* _Problem requirements_:
Before answering, work out how many lines below contain the string "None"; the reply is that number alone.

* _Provided records_:
-----

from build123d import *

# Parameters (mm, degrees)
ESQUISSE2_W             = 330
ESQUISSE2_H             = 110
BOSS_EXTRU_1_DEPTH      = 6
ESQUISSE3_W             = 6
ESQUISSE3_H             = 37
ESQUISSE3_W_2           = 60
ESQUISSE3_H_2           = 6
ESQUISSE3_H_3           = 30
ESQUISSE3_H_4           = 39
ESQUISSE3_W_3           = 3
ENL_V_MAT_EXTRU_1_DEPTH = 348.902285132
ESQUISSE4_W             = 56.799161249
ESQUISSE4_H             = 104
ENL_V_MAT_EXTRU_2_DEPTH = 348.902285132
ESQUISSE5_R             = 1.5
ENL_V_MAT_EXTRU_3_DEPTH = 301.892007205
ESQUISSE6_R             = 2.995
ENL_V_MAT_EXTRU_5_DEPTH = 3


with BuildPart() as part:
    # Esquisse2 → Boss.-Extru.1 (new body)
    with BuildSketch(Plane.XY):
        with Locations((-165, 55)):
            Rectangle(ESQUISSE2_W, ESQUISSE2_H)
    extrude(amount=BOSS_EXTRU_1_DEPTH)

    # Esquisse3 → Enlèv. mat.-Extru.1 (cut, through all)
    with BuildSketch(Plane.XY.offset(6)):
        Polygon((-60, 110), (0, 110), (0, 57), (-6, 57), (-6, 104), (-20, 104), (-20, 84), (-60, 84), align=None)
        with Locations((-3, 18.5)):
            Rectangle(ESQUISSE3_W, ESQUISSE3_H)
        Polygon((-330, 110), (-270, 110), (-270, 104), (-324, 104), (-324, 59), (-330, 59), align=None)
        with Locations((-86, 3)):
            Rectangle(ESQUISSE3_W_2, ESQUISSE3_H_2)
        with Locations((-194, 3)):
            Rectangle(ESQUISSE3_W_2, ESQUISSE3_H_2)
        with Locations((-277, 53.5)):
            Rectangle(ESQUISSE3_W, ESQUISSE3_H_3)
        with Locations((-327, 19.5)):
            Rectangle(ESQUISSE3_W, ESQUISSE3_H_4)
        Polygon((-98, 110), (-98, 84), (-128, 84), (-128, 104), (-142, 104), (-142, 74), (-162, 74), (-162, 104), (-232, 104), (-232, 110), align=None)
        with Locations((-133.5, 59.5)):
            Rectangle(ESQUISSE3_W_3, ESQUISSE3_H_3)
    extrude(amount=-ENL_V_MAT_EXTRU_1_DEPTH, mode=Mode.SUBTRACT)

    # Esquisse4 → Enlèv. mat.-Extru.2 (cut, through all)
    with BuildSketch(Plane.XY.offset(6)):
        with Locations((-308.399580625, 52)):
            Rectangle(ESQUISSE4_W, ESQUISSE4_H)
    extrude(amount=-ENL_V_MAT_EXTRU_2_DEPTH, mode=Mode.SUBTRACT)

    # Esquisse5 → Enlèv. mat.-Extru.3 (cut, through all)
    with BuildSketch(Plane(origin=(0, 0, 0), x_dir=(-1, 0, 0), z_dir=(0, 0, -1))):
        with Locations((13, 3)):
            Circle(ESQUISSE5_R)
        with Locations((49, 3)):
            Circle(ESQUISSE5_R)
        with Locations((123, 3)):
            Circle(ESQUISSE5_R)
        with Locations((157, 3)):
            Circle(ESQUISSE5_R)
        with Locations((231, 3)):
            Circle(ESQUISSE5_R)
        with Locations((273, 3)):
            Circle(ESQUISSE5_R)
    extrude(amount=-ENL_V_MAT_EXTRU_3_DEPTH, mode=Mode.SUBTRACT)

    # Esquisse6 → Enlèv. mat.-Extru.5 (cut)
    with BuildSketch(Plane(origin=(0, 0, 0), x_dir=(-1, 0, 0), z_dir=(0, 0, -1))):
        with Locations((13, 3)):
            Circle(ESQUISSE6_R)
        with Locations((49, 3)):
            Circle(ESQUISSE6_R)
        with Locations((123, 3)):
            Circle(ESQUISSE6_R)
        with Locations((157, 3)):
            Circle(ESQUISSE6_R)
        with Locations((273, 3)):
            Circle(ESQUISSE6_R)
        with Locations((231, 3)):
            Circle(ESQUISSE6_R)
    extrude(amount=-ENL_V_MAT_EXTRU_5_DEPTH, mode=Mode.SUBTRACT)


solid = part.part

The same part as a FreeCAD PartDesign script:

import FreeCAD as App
import Part
import Sketcher

doc = App.newDocument("Part")
params = doc.addObject("Spreadsheet::Sheet", "Params")
for row, (alias, value) in enumerate([
    ("sketch1_width", "330 mm"),
    ("sketch1_height", "110 mm"),
    ("pad1_length", "6 mm"),
    ("sketch2_width", "60 mm"),
    ("sketch2_width2", "40 mm"),
    ("sketch2_width3", "14 mm"),
    ("sketch2_width4", "134 mm"),
    ("sketch2_width5", "70 mm"),
    ("sketch3_height", "104 mm"),
    ("sketch4_diameter", "3 mm"),
    ("sketch5_diameter", "5.99 mm"),
    ("pocket4_length", "3 mm"),
], start=1):
    params.set(f"A{row}", alias)
    params.set(f"B{row}", "=" + value)
    params.setAlias(f"B{row}", alias)

body = doc.addObject("PartDesign::Body", "Body")

# Sketch on XY plane
sketch1 = body.newObject("Sketcher::SketchObject", "Sketch")
sketch1.AttachmentSupport = (doc.getObject("XY_Plane"), [""])
sketch1.MapMode = "FlatFace"
sketch1.addGeometry(Part.LineSegment(App.Vector(-330, 110, 0), App.Vector(-330, 0, 0)), False)
sketch1.addGeometry(Part.LineSegment(App.Vector(-330, 0, 0), App.Vector(0, 0, 0)), False)
sketch1.addGeometry(Part.LineSegment(App.Vector(0, 0, 0), App.Vector(0, 110, 0)), False)
sketch1.addGeometry(Part.LineSegment(App.Vector(0, 110, 0), App.Vector(-330, 110, 0)), False)
sketch1.addConstraint(Sketcher.Constraint("Coincident", 0, 2, 1, 1))
sketch1.addConstraint(Sketcher.Constraint("Coincident", 1, 2, 2, 1))
sketch1.addConstraint(Sketcher.Constraint("Coincident", 2, 2, 3, 1))
sketch1.addConstraint(Sketcher.Constraint("Coincident", 3, 2, 0, 1))
sketch1.addConstraint(Sketcher.Constraint("Vertical", 0))
sketch1.addConstraint(Sketcher.Constraint("Horizontal", 1))
sketch1.addConstraint(Sketcher.Constraint("Vertical", 2))
sketch1.addConstraint(Sketcher.Constraint("Horizontal", 3))
sketch1.addConstraint(Sketcher.Constraint("Coincident", 1, 2, -1, 1))
sketch1.addConstraint(Sketcher.Constraint("DistanceX", 1, 1, 1, 2, 330.0))
sketch1.addConstraint(Sketcher.Constraint("DistanceY", 0, 2, 0, 1, 110.0))
sketch1.setExpression("Constraints[9]", "Params.sketch1_width")
sketch1.setExpression("Constraints[10]", "Params.sketch1_height")
pad1 = body.newObject("PartDesign::Pad", "Pad")
pad1.Profile = sketch1
pad1.setExpression("Length", "Params.pad1_length")

# Sketch on XY plane
sketch2 = body.newObject("Sketcher::SketchObject", "Sketch001")
sketch2.AttachmentSupport = (doc.getObject("XY_Plane"), [""])
sketch2.MapMode = "FlatFace"
sketch2.AttachmentOffset = App.Placement(App.Vector(0, 0, 6), App.Rotation())
sketch2.addGeometry(Part.LineSegment(App.Vector(0, 110, 0), App.Vector(-60, 110, 0)), False)
sketch2.addGeometry(Part.LineSegment(App.Vector(-60, 110, 0), App.Vector(-60, 84, 0)), False)
sketch2.addGeometry(Part.LineSegment(App.Vector(-60, 84, 0), App.Vector(-20, 84, 0)), False)
sketch2.addGeometry(Part.LineSegment(App.Vector(-20, 84, 0), App.Vector(-20, 104, 0)), False)
sketch2.addGeometry(Part.LineSegment(App.Vector(-20, 104, 0), App.Vector(-6, 104, 0)), False)
sketch2.addGeometry(Part.LineSegment(App.Vector(-6, 104, 0), App.Vector(-6, 57, 0)), False)
sketch2.addGeometry(Part.LineSegment(App.Vector(-6, 57, 0), App.Vector(0, 57, 0)), False)
sketch2.addGeometry(Part.LineSegment(App.Vector(0, 57, 0), App.Vector(0, 110, 0)), False)
sketch2.addGeometry(Part.LineSegment(App.Vector(-6, 37, 0), App.Vector(-6, 0, 0)), False)
sketch2.addGeometry(Part.LineSegment(App.Vector(-6, 0, 0), App.Vector(0, 0, 0)), False)
sketch2.addGeometry(Part.LineSegment(App.Vector(0, 0, 0), App.Vector(0, 37, 0)), False)
sketch2.addGeometry(Part.LineSegment(App.Vector(0, 37, 0), App.Vector(-6, 37, 0)), False)
sketch2.addGeometry(Part.LineSegment(App.Vector(-270, 110, 0), App.Vector(-330, 110, 0)), False)
sketch2.addGeometry(Part.LineSegment(App.Vector(-330, 110, 0), App.Vector(-330, 59, 0)), False)
sketch2.addGeometry(Part.LineSegment(App.Vector(-330, 59, 0), App.Vector(-324, 59, 0)), False)
sketch2.addGeometry(Part.LineSegment(App.Vector(-324, 59, 0), App.Vector(-324, 104, 0)), False)
sketch2.addGeometry(Part.LineSegment(App.Vector(-324, 104, 0), App.Vector(-270, 104, 0)), False)
sketch2.addGeometry(Part.LineSegment(App.Vector(-270, 104, 0), App.Vector(-270, 110, 0)), False)
sketch2.addGeometry(Part.LineSegment(App.Vector(-116, 6, 0), App.Vector(-116, 0, 0)), False)
sketch2.addGeometry(Part.LineSegment(App.Vector(-116, 0, 0), App.Vector(-56, 0, 0)), False)
sketch2.addGeometry(Part.LineSegment(App.Vector(-56, 0, 0), App.Vector(-56, 6, 0)), False)
sketch2.addGeometry(Part.LineSegment(App.Vector(-56, 6, 0), App.Vector(-116, 6, 0)), False)
sketch2.addGeometry(Part.LineSegment(App.Vector(-224, 6, 0), App.Vector(-224, 0, 0)), False)
sketch2.addGeometry(Part.LineSegment(App.Vector(-224, 0, 0), App.Vector(-164, 0, 0)), False)
sketch2.addGeometry(Part.LineSegment(App.Vector(-164, 0, 0), App.Vector(-164, 6, 0)), False)
sketch2.addGeometry(Part.LineSegment(App.Vector(-164, 6, 0), App.Vector(-224, 6, 0)), False)
sketch2.addGeometry(Part.LineSegment(App.Vector(-280, 68.5, 0), App.Vector(-280, 38.5, 0)), False)
sketch2.addGeometry(Part.LineSegment(App.Vector(-280, 38.5, 0), App.Vector(-274, 38.5, 0)), False)
sketch2.addGeometry(Part.LineSegment(App.Vector(-274, 38.5, 0), App.Vector(-274, 68.5, 0)), False)
sketch2.addGeometry(Part.LineSegment(App.Vector(-274, 68.5, 0), App.Vector(-280, 68.5, 0)), False)
sketch2.addGeometry(Part.LineSegment(App.Vector(-330, 39, 0), App.Vector(-330, 0, 0)), False)
sketch2.addGeometry(Part.LineSegment(App.Vector(-330, 0, 0), App.Vector(-324, 0, 0)), False)
sketch2.addGeometry(Part.LineSegment(App.Vector(-324, 0, 0), App.Vector(-324, 39, 0)), False)
sketch2.addGeometry(Part.LineSegment(App.Vector(-324, 39, 0), App.Vector(-330, 39, 0)), False)
sketch2.addGeometry(Part.LineSegment(App.Vector(-98, 84, 0), App.Vector(-98, 110, 0)), False)
sketch2.addGeometry(Part.LineSegment(App.Vector(-98, 110, 0), App.Vector(-232, 110, 0)), False)
sketch2.addGeometry(Part.LineSegment(App.Vector(-232, 110, 0), App.Vector(-232, 104, 0)), False)
sketch2.addGeometry(Part.LineSegment(App.Vector(-232, 104, 0), App.Vector(-162, 104, 0)), False)
sketch2.addGeometry(Part.LineSegment(App.Vector(-162, 104, 0), App.Vector(-162, 74, 0)), False)
sketch2.addGeometry(Part.LineSegment(App.Vector(-162, 74, 0), App.Vector(-142, 74, 0)), False)
sketch2.addGeometry(Part.LineSegment(App.Vector(-142, 74, 0), App.Vector(-142, 104, 0)), False)
sketch2.addGeometry(Part.LineSegment(App.Vector(-142, 104, 0), App.Vector(-128, 104, 0)), False)
sketch2.addGeometry(Part.LineSegment(App.Vector(-128, 104, 0), App.Vector(-128, 84, 0)), False)
sketch2.addGeometry(Part.LineSegment(App.Vector(-128, 84, 0), App.Vector(-98, 84, 0)), False)
sketch2.addGeometry(Part.LineSegment(App.Vector(-135, 74.5, 0), App.Vector(-135, 44.5, 0)), False)
sketch2.addGeometry(Part.LineSegment(App.Vector(-135, 44.5, 0), App.Vector(-132, 44.5, 0)), False)
sketch2.addGeometry(Part.LineSegment(App.Vector(-132, 44.5, 0), App.Vector(-132, 74.5, 0)), False)
sketch2.addGeometry(Part.LineSegment(App.Vector(-132, 74.5, 0), App.Vector(-135, 74.5, 0)), False)
sketch2.addConstraint(Sketcher.Constraint("Coincident", 0, 2, 1, 1))
sketch2.addConstraint(Sketcher.Constraint("Coincident", 1, 2, 2, 1))
sketch2.addConstraint(Sketcher.Constraint("Coincident", 2, 2, 3, 1))
sketch2.addConstraint(Sketcher.Constraint("Coincident", 3, 2, 4, 1))
sketch2.addConstraint(Sketcher.Constraint("Coincident", 4, 2, 5, 1))
sketch2.addConstraint(Sketcher.Constraint("Coincident", 5, 2, 6, 1))
sketch2.addConstraint(Sketcher.Constraint("Coincident", 6, 2, 7, 1))
sketch2.addConstraint(Sketcher.Constraint("Coincident", 7, 2, 0, 1))
sketch2.addConstraint(Sketcher.Constraint("Coincident", 8, 2, 9, 1))
sketch2.addConstraint(Sketcher.Constraint("Coincident", 9, 2, 10, 1))
sketch2.addConstraint(Sketcher.Constraint("Coincident", 10, 2, 11, 1))
sketch2.addConstraint(Sketcher.Constraint("Coincident", 11, 2, 8, 1))
sketch2.addConstraint(Sketcher.Constraint("Coincident", 12, 2, 13, 1))
sketch2.addConstraint(Sketcher.Constraint("Coincident", 13, 2, 14, 1))
sketch2.addConstraint(Sketcher.Constraint("Coincident", 14, 2, 15, 1))
sketch2.addConstraint(Sketcher.Constraint("Coincident", 15, 2, 16, 1))
sketch2.addConstraint(Sketcher.Constraint("Coincident", 16, 2, 17, 1))
sketch2.addConstraint(Sketcher.Constraint("Coincident", 17, 2, 12, 1))
sketch2.addConstraint(Sketcher.Constraint("Coincident", 18, 2, 19, 1))
sketch2.addConstraint(Sketcher.Constraint("Coincident", 19, 2, 20, 1))
sketch2.addConstraint(Sketcher.Constraint("Coincident", 20, 2, 21, 1))
sketch2.addConstraint(Sketcher.Constraint("Coincident", 21, 2, 18, 1))
sketch2.addConstraint(Sketcher.Constraint("Coincident", 22, 2, 23, 1))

-----

* _Output of the exercise_:
3